16 juin 2016
Otterburn Park et McMasterville interdisent déjà les pitbulls
Par: L'Oeil Régional
La réglementation sur les pitbulls n'est pas uniforme d'une ville à l'autre de la région.

La réglementation sur les pitbulls n'est pas uniforme d'une ville à l'autre de la région.

Les pitbulls sont bannis depuis au moins une vingtaine d’années dans les municipalités d’Otterburn Park et de McMasterville alors que dans d’autres villes l’interdiction est inexistante comme à Mont-Saint-Hilaire.

Dans la foulée du débat sur les pitbulls qui fait actuellement rage au Québec, le maire de Mont-Saint-Hilaire, Yves Corriveau, affirme que le conseil municipal va se pencher sur la question.

«Je suis en faveur qu’on regarde la situation. Nous ignorons évidemment en ce moment ce que cela donnera. Nous allons analyser le règlement de Sainte-Julie (sur le port obligatoire du licou) et peut-être faire venir le règlement de Brossard. C’est toujours bon d’avoir plus d’un règlement à analyser», déclare le maire.

Depuis la mort d’une femme attaquée par un pitbull le 8 juin dernier à Pointe-aux-Trembles, M. Corriveau dit avoir reçu plusieurs courriels de citoyens inquiets.

À Beloeil, la réglementation ne fait aucune discrimination sur la race. Lorsqu’il y a des raisons de croire qu’un chien est agressif, parce qu’il mord ou tente de morde, la Ville peut le capturer et le diriger vers un vétérinaire.

Le conseil municipal ne s’est pas encore penché sur la question des pitbulls, indique la porte-parole de la Ville, Caroline Nguyen Minh.

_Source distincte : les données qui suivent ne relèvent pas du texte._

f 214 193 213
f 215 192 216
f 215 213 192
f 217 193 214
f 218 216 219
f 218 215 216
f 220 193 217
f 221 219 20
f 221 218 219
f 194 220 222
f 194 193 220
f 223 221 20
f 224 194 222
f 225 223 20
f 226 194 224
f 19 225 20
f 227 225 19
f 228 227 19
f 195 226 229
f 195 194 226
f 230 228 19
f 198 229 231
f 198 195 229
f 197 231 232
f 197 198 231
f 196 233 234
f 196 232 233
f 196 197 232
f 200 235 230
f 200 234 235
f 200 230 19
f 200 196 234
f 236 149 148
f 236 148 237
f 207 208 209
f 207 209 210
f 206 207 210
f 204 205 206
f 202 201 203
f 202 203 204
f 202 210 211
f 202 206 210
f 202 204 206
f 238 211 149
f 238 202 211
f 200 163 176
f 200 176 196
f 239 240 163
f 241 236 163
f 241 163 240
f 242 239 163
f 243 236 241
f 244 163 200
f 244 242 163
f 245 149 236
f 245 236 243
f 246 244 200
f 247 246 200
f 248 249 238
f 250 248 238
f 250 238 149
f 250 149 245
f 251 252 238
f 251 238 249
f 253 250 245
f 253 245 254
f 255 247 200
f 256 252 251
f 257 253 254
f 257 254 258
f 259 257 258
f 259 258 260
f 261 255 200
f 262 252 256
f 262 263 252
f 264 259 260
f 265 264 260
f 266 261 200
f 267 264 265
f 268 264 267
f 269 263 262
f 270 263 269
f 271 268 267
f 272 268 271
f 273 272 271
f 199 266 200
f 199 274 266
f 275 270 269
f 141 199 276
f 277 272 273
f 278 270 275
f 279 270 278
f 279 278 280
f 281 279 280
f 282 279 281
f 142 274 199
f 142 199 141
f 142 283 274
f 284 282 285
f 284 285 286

McMasterville et Otterburn Park interdisent pour leur part tout chien de race bull-terrier, stafforshire bull-terrier, american bull-terrier ou american stafforshire terrier.

Une harmonisation des règlements

La réglementation concernant les pitbulls sur le territoire des Services animaliers de la Vallée-du-Richelieu (SAVR), qui comprend 11 municipalités, est ainsi disparate.

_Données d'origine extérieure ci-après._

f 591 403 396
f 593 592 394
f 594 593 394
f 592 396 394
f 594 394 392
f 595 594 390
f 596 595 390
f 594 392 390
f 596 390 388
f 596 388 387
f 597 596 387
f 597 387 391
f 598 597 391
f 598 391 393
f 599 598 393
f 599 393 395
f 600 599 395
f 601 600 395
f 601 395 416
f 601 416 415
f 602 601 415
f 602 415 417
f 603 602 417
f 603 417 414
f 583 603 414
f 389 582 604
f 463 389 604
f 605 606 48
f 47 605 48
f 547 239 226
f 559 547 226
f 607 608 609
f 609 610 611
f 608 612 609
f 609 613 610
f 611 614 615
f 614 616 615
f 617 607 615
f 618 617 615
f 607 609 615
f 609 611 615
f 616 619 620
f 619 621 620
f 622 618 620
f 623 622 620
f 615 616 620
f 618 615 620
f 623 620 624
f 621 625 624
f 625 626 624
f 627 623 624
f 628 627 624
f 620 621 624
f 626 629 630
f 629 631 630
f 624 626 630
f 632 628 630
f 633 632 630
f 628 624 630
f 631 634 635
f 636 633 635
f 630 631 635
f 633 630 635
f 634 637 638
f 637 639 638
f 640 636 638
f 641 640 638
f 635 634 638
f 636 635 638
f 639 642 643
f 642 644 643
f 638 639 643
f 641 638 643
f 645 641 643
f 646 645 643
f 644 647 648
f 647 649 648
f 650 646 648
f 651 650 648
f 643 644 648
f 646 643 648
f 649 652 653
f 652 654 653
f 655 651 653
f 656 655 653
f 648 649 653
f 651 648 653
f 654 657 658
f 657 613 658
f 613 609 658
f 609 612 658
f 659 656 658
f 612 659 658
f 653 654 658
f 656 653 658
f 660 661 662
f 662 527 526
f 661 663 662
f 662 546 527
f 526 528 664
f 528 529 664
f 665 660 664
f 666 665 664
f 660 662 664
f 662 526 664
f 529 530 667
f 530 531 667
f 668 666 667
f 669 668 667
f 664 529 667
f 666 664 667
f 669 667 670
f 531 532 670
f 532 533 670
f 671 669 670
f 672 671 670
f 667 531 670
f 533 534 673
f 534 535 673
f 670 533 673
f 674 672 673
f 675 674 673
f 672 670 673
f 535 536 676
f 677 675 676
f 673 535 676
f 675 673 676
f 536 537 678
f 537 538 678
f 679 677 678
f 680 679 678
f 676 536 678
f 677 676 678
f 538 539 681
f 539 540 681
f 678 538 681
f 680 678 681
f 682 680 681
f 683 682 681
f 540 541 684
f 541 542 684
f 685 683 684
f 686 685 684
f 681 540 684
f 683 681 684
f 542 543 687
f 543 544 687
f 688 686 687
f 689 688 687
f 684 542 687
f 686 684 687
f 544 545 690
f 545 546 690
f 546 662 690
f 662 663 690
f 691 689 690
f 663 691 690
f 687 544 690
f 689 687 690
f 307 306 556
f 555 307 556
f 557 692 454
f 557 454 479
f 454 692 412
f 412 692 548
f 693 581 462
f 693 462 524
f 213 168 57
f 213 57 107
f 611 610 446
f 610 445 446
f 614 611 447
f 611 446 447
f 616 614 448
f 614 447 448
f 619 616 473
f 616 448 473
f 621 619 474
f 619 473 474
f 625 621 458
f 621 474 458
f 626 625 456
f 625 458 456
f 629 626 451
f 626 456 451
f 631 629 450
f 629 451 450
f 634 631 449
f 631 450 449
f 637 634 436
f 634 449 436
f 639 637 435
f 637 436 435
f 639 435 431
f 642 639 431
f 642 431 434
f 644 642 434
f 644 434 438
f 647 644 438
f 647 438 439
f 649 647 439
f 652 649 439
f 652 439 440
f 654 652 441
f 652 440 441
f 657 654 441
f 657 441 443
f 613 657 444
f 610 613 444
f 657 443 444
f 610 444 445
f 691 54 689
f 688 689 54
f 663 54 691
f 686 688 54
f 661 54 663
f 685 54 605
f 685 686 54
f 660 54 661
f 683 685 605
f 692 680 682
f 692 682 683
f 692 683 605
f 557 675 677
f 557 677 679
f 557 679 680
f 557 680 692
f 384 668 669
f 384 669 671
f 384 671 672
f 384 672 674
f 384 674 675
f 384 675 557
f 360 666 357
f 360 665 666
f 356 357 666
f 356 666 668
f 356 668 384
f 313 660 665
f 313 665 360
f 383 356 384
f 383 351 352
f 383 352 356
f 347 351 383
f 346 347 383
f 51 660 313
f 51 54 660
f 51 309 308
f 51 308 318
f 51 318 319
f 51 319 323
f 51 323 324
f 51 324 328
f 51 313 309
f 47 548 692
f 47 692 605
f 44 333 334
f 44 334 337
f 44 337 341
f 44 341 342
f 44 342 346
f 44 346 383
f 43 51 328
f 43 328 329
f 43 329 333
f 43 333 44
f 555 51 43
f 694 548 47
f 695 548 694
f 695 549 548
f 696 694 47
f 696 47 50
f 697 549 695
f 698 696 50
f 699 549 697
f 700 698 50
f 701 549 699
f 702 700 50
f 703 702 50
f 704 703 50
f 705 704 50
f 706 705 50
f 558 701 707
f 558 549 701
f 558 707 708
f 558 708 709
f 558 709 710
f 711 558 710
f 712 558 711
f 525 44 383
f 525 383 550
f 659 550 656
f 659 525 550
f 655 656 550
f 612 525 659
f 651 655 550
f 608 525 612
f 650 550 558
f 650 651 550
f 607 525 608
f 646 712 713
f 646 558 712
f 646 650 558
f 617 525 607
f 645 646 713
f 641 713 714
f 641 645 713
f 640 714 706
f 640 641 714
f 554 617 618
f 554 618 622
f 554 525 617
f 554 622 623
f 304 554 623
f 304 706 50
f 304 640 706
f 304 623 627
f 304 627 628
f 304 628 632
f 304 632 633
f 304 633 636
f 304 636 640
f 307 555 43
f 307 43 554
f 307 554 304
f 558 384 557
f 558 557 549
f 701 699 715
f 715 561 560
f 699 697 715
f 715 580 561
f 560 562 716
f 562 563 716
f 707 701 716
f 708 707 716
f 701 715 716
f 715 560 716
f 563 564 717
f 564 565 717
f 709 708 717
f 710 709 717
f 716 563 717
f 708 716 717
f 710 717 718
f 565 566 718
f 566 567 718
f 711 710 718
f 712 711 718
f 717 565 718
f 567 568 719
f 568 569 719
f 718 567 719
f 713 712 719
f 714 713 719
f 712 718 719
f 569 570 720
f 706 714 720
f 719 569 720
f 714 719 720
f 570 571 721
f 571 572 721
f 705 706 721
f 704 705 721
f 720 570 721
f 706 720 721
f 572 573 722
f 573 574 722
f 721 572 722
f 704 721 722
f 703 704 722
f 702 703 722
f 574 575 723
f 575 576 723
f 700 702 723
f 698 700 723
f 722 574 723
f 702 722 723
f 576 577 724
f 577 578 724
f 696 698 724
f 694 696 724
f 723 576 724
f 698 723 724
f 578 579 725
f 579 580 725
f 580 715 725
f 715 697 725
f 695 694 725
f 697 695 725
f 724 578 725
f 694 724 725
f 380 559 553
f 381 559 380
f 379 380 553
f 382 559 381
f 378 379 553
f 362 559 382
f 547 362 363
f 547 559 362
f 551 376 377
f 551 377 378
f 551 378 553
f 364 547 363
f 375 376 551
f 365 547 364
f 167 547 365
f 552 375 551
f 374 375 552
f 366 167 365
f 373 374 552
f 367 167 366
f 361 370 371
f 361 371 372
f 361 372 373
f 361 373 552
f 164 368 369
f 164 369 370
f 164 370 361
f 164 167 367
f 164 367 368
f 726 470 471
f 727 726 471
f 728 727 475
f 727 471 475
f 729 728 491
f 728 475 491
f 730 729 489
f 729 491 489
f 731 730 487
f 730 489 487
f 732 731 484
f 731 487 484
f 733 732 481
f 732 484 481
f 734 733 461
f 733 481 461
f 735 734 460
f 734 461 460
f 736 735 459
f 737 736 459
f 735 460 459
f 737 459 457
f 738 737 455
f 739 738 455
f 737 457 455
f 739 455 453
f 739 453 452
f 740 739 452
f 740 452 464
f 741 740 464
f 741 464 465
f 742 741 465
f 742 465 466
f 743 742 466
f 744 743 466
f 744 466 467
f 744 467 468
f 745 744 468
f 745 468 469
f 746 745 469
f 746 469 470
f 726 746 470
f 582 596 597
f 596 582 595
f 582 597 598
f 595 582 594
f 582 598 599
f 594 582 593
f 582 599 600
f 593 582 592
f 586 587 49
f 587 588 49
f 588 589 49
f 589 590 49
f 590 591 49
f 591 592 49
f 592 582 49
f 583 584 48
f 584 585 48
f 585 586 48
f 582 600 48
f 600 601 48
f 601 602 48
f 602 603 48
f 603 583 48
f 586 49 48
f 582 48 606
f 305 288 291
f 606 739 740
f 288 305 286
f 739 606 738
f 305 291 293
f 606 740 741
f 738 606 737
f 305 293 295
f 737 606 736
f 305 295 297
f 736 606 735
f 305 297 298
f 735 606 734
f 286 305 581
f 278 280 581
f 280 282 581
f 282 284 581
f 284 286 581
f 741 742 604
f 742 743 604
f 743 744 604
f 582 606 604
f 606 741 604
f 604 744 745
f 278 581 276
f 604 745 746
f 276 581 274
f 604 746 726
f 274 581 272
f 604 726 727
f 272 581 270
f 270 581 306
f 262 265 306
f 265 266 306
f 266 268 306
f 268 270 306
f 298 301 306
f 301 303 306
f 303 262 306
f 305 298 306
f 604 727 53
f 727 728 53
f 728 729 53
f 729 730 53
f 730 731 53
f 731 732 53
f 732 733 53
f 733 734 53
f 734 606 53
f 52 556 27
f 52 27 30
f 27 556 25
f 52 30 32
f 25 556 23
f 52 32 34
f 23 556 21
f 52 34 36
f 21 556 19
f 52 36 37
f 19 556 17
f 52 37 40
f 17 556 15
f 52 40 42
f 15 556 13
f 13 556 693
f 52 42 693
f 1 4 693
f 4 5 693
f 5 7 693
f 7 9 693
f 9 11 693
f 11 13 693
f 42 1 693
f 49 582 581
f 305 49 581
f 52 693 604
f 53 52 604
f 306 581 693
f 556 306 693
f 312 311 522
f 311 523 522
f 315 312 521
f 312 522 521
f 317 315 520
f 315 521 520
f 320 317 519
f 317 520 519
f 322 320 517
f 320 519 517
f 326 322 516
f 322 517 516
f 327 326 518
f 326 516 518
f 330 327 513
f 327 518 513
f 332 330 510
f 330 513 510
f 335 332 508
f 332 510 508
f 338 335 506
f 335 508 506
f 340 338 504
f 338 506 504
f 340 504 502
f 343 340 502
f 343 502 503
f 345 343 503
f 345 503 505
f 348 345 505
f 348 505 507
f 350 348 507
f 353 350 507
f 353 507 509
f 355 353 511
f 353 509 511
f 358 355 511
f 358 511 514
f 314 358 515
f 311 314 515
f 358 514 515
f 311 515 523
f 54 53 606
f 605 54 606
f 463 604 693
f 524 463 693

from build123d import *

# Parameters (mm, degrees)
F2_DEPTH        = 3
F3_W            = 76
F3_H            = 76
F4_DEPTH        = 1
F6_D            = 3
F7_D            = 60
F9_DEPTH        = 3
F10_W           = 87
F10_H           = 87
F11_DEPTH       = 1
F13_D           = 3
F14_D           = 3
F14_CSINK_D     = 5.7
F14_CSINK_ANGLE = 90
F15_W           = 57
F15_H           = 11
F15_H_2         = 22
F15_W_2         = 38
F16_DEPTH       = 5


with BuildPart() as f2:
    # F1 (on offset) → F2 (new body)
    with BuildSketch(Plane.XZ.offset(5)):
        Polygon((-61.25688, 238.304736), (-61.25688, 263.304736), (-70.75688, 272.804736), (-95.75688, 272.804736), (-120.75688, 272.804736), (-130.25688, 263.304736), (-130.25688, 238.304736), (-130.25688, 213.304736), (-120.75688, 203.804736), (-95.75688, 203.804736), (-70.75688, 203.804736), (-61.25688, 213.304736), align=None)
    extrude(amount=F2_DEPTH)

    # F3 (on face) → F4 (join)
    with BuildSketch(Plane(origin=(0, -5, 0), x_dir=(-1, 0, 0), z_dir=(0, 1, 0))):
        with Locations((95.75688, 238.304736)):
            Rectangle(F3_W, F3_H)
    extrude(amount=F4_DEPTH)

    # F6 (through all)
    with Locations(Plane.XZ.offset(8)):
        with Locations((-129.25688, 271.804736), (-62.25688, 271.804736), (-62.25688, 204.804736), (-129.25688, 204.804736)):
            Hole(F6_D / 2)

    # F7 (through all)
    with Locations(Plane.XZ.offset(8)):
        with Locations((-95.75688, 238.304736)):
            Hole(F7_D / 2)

Pour le maire de McMasterville et préfet de la MRC Vallée-du-Richelieu, Gilles Plante, il est temps que les villes des SAVR harmonisent leur réglementation. «Pour faciliter l’ouvrage aux patrouilleurs, à la police et aux Villes», plaide-t-il.

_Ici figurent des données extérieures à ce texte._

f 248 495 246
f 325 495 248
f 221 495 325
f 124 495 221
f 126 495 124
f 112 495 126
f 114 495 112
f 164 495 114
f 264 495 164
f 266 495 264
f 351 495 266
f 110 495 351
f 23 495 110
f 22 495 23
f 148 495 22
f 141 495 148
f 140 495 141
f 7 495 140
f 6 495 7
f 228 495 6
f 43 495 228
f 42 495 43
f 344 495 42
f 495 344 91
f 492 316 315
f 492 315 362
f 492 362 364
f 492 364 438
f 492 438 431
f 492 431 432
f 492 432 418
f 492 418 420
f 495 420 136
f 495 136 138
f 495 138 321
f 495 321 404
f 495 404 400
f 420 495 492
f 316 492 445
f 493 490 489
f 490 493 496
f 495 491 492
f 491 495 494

M. Plante souhaite aussi voir la position que prendra le gouvernement du Québec dans le dossier des pitbulls. Jeudi matin, le premier ministre Philippe Couillard a déclaré vouloir «probablement» interdire les pitbulls et alors suivre l’exemple de l’Ontario. Le gouvernement s’est engagé à agir dans les prochains mois.